WHAT TO DO
Would you return the lines between the one holding "#111=EDGE_LOOP('',(#104,#108,#109,#110));" and the one holding "#122=EDGE_CURVE('',#83,#117,#121,.T.);", inclusive, and only those, exactly as they stand in the listing below?

(RECORDS TO USE Opens)

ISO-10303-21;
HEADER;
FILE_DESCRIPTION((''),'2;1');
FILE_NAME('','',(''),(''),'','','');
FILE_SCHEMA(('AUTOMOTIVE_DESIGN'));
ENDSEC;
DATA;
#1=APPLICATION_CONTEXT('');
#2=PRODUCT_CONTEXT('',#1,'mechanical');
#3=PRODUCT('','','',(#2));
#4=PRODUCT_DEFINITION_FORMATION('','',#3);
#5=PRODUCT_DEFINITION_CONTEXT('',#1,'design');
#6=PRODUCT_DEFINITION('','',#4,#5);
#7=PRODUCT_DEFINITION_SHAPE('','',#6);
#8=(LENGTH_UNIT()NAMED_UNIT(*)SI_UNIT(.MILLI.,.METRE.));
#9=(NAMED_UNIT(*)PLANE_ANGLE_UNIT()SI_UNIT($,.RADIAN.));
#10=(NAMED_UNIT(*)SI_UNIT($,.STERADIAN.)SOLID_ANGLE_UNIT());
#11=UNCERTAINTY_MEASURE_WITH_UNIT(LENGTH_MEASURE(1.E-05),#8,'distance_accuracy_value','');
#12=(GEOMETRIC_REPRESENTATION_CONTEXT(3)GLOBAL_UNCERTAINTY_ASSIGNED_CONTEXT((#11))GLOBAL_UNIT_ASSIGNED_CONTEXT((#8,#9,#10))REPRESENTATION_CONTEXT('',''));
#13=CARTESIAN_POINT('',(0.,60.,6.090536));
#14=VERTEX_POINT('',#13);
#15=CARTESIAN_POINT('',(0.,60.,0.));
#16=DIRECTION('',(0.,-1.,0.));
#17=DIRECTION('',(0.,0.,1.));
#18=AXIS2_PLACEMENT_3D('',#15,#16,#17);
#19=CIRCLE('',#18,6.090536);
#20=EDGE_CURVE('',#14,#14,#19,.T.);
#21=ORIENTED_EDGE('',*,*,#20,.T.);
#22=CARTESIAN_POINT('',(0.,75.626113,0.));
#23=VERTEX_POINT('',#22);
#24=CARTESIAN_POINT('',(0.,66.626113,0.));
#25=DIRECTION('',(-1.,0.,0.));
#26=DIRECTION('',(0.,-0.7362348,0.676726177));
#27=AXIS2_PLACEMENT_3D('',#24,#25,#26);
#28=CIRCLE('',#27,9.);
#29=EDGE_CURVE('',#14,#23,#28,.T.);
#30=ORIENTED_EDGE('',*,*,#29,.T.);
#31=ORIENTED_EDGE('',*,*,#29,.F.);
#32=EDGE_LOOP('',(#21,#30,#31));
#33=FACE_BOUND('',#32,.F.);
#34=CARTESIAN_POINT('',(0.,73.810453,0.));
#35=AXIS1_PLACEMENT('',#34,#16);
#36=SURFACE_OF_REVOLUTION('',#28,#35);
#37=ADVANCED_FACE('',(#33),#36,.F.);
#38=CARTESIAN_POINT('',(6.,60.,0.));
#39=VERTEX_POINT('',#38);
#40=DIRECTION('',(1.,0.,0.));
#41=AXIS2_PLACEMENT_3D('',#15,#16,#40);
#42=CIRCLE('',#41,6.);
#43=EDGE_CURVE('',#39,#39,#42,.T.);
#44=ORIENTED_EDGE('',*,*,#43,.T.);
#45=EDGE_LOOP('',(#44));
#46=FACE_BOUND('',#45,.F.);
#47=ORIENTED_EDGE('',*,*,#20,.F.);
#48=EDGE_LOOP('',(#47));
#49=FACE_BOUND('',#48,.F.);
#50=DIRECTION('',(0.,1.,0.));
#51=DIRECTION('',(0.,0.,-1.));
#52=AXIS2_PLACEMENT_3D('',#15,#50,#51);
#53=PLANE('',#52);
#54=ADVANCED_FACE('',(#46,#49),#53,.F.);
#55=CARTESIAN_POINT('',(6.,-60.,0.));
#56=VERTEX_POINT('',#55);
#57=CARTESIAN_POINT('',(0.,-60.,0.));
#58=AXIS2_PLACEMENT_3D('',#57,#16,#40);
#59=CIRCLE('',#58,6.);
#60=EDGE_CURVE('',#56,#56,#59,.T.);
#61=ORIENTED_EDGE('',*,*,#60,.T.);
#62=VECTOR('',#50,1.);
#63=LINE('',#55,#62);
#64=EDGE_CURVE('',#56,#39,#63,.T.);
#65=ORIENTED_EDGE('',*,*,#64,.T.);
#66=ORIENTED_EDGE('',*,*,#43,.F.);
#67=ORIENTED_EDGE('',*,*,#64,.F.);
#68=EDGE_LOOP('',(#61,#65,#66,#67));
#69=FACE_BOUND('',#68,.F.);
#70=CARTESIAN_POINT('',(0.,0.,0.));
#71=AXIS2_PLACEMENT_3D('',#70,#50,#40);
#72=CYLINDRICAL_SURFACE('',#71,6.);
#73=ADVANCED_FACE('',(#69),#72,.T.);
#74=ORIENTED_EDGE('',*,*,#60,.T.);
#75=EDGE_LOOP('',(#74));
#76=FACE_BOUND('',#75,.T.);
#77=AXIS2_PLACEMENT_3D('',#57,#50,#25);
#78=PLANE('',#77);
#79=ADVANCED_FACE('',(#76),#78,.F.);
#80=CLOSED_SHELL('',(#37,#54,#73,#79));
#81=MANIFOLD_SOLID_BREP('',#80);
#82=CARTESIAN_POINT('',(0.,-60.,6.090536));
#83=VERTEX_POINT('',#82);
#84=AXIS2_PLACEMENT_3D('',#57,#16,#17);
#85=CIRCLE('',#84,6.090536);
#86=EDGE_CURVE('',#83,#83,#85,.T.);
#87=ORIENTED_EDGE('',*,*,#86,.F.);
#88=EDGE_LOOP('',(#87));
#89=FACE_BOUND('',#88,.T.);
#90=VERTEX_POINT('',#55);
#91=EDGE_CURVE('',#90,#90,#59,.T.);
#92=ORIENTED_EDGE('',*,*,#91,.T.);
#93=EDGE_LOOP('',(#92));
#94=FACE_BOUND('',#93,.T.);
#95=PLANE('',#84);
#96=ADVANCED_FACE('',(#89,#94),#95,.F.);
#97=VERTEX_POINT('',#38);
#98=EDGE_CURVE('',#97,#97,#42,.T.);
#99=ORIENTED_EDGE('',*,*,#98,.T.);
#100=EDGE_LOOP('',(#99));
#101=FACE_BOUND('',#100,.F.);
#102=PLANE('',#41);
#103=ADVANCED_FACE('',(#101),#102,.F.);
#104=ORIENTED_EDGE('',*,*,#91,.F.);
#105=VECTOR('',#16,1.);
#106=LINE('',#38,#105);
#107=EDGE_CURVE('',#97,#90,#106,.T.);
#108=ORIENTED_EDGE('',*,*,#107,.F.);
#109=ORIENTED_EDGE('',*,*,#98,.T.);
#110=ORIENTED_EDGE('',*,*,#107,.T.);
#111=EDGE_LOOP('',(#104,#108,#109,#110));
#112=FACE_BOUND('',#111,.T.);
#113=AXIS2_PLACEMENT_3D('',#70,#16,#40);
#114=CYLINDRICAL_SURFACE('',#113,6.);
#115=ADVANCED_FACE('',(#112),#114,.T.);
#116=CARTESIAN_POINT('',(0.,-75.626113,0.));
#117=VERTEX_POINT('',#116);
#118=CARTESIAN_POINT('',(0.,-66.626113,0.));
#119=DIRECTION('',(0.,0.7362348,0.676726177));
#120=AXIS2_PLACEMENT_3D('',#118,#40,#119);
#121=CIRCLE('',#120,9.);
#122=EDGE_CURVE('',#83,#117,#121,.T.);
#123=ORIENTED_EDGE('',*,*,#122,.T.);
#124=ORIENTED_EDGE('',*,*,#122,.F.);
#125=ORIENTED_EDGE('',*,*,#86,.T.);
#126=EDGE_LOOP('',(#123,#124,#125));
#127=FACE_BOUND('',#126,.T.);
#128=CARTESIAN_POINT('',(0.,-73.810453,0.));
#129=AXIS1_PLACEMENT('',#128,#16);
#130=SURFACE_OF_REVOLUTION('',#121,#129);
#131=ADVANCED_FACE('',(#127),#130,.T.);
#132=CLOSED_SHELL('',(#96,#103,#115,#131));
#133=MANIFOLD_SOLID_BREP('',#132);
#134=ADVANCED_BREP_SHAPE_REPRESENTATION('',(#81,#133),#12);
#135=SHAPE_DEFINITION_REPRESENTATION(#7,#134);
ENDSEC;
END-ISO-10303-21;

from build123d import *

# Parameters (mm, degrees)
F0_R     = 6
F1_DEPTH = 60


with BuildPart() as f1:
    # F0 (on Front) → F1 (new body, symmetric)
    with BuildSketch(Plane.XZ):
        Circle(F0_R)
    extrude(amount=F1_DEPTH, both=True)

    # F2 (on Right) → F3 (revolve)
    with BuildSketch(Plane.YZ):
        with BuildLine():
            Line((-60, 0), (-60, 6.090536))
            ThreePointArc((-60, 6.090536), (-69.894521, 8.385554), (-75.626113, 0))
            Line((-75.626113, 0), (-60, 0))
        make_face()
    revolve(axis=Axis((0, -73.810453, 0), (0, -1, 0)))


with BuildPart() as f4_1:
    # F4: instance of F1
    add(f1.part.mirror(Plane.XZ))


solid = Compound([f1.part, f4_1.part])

(RECORDS TO USE Closes)

RESULT
#111=EDGE_LOOP('',(#104,#108,#109,#110));
#112=FACE_BOUND('',#111,.T.);
#113=AXIS2_PLACEMENT_3D('',#70,#16,#40);
#114=CYLINDRICAL_SURFACE('',#113,6.);
#115=ADVANCED_FACE('',(#112),#114,.T.);
#116=CARTESIAN_POINT('',(0.,-75.626113,0.));
#117=VERTEX_POINT('',#116);
#118=CARTESIAN_POINT('',(0.,-66.626113,0.));
#119=DIRECTION('',(0.,0.7362348,0.676726177));
#120=AXIS2_PLACEMENT_3D('',#118,#40,#119);
#121=CIRCLE('',#120,9.);
#122=EDGE_CURVE('',#83,#117,#121,.T.);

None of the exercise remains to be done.